» Brief
In the entries that follow, find each line with the word "align" and copy it.

» Collected data entries
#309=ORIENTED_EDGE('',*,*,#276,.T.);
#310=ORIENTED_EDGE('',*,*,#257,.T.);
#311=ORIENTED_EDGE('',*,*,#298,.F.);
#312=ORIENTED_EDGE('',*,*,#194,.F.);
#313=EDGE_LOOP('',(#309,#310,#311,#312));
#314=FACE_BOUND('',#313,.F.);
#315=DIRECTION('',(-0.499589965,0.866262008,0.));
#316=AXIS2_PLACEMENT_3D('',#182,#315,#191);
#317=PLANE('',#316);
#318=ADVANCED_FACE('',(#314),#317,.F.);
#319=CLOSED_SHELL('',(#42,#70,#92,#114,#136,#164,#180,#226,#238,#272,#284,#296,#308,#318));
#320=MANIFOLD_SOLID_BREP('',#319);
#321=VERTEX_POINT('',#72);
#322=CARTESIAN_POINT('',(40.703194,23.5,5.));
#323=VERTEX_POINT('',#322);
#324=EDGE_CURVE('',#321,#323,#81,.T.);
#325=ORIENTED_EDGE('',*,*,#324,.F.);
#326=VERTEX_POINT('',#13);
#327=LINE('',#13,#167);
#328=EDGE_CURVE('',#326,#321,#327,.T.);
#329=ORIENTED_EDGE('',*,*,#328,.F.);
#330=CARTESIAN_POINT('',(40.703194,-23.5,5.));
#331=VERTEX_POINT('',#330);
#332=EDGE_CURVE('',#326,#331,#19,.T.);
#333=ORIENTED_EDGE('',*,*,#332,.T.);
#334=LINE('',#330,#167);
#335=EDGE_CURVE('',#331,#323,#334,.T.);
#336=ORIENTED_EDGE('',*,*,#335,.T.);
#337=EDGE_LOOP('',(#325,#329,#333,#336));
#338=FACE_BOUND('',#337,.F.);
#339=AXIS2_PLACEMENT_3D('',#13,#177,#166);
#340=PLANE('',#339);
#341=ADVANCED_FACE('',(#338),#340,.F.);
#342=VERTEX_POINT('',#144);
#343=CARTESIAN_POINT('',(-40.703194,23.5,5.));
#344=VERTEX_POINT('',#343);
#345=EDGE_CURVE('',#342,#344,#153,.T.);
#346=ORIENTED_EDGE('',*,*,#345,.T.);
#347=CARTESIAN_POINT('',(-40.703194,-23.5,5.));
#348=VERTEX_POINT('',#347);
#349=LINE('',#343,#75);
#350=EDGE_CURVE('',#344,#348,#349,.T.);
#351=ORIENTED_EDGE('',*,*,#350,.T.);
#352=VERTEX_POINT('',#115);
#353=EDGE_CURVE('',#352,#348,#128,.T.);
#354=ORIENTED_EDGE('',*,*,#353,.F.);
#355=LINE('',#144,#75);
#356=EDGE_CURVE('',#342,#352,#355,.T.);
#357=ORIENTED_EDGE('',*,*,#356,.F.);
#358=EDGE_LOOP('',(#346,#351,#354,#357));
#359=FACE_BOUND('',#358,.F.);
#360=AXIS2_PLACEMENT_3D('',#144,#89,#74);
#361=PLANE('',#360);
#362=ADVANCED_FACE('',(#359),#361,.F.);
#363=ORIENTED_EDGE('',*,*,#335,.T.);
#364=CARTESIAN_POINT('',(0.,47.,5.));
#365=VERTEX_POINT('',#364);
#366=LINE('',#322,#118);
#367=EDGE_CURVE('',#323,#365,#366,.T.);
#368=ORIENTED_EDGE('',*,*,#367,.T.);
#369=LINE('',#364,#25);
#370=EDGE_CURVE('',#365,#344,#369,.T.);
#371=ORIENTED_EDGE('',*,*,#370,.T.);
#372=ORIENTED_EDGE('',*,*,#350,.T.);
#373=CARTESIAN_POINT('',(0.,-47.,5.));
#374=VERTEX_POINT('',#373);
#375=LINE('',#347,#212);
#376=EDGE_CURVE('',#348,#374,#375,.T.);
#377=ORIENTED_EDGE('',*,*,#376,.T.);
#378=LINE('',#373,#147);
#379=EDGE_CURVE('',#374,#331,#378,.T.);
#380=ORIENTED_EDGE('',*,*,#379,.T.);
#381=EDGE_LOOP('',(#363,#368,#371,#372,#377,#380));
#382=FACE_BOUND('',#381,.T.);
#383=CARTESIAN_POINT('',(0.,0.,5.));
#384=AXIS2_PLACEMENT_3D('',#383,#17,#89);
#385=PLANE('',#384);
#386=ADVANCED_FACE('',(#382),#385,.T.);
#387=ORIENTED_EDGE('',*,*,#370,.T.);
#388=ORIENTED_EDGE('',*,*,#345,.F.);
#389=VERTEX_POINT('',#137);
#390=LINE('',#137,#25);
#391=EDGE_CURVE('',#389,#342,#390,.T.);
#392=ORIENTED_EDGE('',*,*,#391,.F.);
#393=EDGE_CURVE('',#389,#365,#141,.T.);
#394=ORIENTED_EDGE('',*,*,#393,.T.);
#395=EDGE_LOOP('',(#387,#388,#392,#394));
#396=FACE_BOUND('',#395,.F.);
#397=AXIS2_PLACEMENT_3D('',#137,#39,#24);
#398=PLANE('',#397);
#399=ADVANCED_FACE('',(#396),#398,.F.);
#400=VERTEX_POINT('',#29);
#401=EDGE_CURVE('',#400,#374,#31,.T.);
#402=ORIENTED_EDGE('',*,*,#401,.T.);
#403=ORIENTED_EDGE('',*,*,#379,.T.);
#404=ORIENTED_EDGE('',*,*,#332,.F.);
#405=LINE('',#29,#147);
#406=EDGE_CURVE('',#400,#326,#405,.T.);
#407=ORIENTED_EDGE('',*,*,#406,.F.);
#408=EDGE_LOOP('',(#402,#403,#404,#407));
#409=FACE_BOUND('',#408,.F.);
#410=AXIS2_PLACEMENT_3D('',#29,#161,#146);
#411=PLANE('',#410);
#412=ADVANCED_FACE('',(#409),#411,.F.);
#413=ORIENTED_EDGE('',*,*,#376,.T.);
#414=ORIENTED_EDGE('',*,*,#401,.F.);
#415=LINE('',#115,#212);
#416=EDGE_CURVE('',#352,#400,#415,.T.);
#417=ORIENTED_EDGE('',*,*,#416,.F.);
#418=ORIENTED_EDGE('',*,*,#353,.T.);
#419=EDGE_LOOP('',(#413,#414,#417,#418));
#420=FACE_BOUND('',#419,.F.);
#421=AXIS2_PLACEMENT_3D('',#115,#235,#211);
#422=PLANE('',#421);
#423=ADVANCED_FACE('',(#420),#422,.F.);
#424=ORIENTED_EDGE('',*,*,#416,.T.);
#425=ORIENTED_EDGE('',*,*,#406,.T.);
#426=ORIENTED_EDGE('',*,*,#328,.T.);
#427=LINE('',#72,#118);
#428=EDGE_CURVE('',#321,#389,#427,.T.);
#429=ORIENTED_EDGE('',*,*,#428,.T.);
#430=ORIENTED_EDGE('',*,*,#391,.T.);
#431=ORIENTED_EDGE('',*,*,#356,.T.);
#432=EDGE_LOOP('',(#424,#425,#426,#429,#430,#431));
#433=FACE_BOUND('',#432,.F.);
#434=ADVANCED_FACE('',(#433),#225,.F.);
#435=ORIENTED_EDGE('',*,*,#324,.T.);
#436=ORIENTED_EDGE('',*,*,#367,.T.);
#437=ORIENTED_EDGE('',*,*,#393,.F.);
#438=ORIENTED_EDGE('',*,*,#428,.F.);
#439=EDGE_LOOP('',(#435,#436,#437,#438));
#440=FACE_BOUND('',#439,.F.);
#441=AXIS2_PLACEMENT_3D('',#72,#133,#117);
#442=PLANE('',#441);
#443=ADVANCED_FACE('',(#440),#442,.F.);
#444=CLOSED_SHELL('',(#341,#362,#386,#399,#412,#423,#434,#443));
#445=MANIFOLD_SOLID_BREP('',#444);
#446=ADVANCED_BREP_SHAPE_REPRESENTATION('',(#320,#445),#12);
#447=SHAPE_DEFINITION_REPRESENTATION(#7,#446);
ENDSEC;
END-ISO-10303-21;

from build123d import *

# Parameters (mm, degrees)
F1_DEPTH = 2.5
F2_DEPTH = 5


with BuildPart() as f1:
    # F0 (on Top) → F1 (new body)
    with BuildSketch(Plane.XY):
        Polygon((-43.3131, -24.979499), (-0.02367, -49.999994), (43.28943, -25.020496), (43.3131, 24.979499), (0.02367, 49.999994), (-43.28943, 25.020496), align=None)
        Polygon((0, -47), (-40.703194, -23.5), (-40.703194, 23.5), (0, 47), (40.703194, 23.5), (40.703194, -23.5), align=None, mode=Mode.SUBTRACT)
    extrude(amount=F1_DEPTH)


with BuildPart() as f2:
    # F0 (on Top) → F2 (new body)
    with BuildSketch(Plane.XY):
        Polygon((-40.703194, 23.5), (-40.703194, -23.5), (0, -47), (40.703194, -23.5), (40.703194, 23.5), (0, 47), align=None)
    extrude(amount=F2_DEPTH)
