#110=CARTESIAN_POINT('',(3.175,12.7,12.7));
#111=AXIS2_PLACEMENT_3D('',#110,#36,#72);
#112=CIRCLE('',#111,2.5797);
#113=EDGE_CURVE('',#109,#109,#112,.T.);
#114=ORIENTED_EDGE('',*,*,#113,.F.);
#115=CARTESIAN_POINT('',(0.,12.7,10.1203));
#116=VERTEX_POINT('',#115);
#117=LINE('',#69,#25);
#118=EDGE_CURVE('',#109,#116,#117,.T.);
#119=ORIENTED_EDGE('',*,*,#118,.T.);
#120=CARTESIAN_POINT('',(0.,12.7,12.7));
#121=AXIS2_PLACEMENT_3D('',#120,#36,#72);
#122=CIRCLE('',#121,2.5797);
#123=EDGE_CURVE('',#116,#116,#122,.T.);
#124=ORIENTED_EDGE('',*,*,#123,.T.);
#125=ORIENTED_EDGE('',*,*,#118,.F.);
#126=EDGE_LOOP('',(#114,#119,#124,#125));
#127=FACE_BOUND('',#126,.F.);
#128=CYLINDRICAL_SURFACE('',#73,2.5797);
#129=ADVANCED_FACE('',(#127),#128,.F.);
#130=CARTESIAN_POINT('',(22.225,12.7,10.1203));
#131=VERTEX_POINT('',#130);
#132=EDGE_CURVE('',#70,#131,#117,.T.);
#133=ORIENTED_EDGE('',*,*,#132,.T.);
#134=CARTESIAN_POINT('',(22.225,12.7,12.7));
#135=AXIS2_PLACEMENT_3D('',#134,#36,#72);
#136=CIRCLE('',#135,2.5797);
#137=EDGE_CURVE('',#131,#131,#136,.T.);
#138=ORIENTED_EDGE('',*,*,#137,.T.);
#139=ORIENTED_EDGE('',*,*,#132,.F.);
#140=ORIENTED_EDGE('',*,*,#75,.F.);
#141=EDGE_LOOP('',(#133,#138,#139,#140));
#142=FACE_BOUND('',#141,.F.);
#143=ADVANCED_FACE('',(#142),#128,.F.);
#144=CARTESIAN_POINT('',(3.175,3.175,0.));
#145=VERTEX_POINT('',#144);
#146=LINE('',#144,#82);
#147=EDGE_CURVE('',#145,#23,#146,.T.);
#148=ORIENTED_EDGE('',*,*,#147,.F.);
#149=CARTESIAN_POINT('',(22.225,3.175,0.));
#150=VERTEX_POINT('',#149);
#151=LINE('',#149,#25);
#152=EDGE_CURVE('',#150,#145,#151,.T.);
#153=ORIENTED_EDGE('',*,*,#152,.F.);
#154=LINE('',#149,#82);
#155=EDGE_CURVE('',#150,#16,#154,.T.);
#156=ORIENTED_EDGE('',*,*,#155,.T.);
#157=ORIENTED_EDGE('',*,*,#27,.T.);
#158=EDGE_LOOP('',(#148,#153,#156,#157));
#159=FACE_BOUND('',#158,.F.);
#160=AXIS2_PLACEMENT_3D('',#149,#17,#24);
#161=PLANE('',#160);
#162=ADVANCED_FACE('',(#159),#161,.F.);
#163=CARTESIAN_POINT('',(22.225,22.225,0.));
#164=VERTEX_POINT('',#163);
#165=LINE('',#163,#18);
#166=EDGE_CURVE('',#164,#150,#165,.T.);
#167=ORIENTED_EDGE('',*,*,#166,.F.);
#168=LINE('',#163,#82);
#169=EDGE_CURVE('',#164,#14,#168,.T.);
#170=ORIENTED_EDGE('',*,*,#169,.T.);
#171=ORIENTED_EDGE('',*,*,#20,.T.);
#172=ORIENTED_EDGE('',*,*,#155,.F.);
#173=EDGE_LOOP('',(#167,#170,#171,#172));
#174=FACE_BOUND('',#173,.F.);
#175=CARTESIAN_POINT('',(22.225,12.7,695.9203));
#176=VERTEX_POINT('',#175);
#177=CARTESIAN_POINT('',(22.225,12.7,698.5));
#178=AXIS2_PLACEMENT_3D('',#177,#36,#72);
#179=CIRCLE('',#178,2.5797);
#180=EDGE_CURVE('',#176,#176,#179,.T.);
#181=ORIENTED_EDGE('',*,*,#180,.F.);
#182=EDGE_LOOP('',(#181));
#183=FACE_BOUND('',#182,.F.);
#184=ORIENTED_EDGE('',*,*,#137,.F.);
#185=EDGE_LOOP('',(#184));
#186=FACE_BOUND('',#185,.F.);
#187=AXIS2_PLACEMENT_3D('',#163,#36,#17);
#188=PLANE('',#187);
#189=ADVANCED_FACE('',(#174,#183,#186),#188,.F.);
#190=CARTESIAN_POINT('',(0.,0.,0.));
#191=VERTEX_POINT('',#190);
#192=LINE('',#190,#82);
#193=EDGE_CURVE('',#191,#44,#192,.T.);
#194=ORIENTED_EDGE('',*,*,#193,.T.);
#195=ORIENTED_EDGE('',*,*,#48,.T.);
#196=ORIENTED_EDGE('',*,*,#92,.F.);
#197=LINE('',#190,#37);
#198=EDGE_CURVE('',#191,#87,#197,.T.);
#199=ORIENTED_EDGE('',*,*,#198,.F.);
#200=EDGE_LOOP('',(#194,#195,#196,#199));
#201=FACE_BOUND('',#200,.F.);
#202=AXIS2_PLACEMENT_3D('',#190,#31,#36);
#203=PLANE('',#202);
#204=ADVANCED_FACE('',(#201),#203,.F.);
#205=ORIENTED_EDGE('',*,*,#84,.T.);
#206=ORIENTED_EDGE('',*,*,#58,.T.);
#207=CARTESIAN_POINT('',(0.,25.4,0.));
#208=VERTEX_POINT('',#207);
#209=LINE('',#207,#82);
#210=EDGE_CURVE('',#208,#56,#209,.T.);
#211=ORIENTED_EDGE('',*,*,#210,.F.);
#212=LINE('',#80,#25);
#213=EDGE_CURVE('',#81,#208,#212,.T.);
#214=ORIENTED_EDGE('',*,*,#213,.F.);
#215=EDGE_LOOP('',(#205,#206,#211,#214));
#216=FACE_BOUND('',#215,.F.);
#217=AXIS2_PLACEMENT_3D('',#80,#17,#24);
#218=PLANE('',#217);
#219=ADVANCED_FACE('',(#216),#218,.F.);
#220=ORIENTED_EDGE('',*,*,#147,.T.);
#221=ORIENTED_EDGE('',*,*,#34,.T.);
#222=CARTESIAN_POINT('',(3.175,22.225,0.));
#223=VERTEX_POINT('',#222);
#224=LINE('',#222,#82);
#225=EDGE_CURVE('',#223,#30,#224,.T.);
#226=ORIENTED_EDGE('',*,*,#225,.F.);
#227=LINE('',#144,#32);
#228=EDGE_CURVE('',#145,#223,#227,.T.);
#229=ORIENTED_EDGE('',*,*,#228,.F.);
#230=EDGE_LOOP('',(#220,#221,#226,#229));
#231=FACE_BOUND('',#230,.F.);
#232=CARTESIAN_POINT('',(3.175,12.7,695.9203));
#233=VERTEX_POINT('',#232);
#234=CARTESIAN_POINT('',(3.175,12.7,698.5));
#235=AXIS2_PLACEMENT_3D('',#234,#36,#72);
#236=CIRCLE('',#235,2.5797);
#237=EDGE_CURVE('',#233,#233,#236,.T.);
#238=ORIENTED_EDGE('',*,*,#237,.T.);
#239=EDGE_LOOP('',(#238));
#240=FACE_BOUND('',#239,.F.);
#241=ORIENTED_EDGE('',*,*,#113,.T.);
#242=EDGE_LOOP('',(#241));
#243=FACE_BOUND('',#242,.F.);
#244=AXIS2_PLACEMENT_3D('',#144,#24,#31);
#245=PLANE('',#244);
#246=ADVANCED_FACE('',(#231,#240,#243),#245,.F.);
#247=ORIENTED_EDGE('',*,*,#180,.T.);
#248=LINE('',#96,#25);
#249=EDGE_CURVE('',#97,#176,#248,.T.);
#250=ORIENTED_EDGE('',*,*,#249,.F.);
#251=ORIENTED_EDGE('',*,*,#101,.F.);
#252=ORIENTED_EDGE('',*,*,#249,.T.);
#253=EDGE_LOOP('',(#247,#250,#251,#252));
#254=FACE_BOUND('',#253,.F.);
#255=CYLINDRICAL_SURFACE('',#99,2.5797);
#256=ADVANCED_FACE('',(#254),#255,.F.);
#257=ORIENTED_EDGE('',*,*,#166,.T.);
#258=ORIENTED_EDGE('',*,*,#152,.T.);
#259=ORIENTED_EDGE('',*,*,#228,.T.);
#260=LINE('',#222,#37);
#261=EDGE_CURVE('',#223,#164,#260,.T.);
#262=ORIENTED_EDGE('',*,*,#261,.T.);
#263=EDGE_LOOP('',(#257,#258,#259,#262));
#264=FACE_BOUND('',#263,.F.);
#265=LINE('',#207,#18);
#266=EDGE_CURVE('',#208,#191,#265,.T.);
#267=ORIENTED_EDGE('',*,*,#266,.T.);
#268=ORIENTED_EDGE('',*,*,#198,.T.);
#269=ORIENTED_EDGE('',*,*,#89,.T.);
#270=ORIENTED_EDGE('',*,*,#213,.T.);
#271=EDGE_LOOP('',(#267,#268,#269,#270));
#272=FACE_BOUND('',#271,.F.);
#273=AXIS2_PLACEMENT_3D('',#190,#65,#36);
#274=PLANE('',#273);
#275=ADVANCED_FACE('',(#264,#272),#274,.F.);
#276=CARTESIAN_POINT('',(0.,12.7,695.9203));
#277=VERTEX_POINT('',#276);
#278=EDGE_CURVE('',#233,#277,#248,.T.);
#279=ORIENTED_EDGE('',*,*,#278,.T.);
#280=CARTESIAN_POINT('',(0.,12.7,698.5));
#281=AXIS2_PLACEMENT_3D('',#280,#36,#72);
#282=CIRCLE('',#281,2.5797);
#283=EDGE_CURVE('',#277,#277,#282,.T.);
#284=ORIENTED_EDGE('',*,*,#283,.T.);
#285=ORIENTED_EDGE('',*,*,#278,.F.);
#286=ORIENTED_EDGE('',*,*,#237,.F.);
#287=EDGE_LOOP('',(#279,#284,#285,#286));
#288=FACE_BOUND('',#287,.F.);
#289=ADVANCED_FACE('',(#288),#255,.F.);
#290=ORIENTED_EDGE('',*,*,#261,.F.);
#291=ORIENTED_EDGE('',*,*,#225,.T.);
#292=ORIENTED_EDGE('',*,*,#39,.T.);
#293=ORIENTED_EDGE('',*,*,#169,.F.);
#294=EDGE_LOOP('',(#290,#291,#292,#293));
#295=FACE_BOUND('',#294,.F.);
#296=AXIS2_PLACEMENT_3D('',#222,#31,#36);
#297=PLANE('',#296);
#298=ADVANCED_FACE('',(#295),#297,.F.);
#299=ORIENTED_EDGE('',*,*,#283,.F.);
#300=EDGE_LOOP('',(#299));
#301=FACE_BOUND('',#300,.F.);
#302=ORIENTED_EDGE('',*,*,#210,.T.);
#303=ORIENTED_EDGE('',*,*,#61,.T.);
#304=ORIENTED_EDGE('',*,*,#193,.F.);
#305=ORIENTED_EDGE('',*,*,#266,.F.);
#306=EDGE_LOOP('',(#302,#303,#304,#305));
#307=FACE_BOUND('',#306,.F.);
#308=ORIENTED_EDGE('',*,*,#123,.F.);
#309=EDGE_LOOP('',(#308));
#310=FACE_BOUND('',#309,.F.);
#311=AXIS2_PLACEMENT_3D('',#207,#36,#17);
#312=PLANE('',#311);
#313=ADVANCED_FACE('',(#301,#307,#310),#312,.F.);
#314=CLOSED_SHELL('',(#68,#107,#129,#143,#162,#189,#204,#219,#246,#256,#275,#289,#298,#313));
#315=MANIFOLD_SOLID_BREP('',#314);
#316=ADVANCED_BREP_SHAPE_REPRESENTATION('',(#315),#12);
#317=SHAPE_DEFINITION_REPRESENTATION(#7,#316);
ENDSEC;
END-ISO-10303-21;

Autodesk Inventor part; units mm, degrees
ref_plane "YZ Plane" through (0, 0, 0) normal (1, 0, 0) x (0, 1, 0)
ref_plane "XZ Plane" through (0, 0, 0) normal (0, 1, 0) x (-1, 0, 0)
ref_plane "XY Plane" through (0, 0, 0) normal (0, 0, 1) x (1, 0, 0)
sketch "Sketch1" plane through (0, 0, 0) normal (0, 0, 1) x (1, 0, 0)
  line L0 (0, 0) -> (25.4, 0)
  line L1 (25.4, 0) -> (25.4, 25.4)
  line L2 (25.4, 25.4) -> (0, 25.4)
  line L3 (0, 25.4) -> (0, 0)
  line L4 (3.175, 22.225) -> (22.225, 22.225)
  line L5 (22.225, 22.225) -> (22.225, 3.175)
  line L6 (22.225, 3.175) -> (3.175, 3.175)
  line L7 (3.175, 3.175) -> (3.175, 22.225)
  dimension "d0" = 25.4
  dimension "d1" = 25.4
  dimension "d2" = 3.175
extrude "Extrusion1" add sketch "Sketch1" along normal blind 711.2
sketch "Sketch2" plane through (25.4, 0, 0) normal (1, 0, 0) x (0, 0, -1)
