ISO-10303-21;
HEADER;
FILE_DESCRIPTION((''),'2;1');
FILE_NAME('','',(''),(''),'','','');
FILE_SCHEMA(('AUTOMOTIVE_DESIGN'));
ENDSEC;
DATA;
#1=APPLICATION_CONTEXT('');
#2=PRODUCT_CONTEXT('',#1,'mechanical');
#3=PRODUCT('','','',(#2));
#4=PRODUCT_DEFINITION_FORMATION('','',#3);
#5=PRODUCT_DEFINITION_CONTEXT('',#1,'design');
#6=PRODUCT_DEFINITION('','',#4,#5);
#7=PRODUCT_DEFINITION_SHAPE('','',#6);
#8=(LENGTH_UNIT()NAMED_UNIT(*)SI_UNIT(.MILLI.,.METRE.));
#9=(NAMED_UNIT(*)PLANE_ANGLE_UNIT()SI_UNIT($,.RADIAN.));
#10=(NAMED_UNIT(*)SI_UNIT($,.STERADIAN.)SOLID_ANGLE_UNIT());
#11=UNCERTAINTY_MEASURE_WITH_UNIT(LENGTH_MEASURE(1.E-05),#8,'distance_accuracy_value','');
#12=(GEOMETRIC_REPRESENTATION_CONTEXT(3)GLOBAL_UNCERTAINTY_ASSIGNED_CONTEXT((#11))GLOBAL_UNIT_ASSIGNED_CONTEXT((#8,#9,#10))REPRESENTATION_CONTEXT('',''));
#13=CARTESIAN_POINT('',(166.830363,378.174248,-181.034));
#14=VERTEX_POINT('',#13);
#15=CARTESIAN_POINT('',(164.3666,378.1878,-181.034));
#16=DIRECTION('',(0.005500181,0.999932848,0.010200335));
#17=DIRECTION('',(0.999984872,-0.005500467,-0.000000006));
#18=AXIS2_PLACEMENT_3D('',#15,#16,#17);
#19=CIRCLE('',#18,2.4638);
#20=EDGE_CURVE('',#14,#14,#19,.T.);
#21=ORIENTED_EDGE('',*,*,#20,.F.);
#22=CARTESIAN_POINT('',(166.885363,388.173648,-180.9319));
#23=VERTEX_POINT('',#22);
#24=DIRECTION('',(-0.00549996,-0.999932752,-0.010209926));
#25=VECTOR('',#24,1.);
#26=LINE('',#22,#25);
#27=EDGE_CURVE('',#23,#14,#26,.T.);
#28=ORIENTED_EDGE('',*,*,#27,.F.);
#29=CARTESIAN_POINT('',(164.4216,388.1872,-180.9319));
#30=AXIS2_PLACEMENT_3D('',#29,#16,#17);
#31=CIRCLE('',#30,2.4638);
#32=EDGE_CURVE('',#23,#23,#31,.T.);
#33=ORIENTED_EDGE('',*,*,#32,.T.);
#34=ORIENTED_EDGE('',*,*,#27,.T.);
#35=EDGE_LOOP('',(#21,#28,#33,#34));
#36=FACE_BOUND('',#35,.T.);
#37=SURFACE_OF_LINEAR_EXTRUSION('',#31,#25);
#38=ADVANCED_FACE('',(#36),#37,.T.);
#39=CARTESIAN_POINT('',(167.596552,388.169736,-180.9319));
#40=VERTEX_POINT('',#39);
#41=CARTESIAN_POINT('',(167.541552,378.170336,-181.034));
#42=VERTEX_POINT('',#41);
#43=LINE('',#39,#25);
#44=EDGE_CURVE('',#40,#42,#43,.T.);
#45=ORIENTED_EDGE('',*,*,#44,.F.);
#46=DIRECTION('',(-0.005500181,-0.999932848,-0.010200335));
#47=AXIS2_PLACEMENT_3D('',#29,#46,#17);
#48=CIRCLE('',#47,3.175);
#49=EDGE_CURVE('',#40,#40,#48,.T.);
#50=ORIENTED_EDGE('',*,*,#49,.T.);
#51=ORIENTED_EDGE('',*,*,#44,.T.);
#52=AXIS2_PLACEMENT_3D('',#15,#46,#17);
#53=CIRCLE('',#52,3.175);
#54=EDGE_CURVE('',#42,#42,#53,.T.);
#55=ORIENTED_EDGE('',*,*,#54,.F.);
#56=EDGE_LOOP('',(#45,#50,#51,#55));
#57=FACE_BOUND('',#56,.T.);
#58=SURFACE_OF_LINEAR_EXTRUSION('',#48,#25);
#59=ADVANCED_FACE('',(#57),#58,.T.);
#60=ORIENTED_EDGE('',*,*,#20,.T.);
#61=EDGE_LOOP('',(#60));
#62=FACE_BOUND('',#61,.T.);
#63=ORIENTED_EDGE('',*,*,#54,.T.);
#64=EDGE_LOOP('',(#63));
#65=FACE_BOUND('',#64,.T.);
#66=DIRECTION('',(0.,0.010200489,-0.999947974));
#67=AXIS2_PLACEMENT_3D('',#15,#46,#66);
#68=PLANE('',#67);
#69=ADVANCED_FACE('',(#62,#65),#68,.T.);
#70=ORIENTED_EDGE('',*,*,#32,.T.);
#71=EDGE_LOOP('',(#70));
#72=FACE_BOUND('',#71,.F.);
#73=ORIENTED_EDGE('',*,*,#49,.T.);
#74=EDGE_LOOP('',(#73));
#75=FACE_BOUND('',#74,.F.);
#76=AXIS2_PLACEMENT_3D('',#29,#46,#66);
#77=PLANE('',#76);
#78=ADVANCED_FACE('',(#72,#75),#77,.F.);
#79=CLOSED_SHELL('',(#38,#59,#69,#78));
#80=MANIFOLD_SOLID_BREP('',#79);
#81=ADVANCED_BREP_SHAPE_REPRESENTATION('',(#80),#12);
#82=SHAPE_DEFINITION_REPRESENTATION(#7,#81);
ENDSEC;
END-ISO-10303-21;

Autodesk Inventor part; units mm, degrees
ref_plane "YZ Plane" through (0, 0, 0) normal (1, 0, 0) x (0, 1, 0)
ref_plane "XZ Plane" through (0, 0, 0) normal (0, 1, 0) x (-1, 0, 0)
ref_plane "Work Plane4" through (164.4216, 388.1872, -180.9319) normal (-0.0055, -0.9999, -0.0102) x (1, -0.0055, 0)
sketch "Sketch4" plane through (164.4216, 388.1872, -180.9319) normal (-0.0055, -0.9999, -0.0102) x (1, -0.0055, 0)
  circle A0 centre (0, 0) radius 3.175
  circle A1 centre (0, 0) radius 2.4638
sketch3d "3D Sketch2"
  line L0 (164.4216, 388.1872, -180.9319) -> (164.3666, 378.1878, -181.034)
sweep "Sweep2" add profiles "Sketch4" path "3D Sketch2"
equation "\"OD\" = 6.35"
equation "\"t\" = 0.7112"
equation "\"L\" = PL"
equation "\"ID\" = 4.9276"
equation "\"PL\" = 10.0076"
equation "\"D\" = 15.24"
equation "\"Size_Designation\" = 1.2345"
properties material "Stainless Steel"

» Exercise solution
        Polygon((-43.3131, -24.979499), (-0.02367, -49.999994), (43.28943, -25.020496), (43.3131, 24.979499), (0.02367, 49.999994), (-43.28943, 25.020496), align=None)
        Polygon((0, -47), (-40.703194, -23.5), (-40.703194, 23.5), (0, 47), (40.703194, 23.5), (40.703194, -23.5), align=None, mode=Mode.SUBTRACT)
        Polygon((-40.703194, 23.5), (-40.703194, -23.5), (0, -47), (40.703194, -23.5), (40.703194, 23.5), (0, 47), align=None)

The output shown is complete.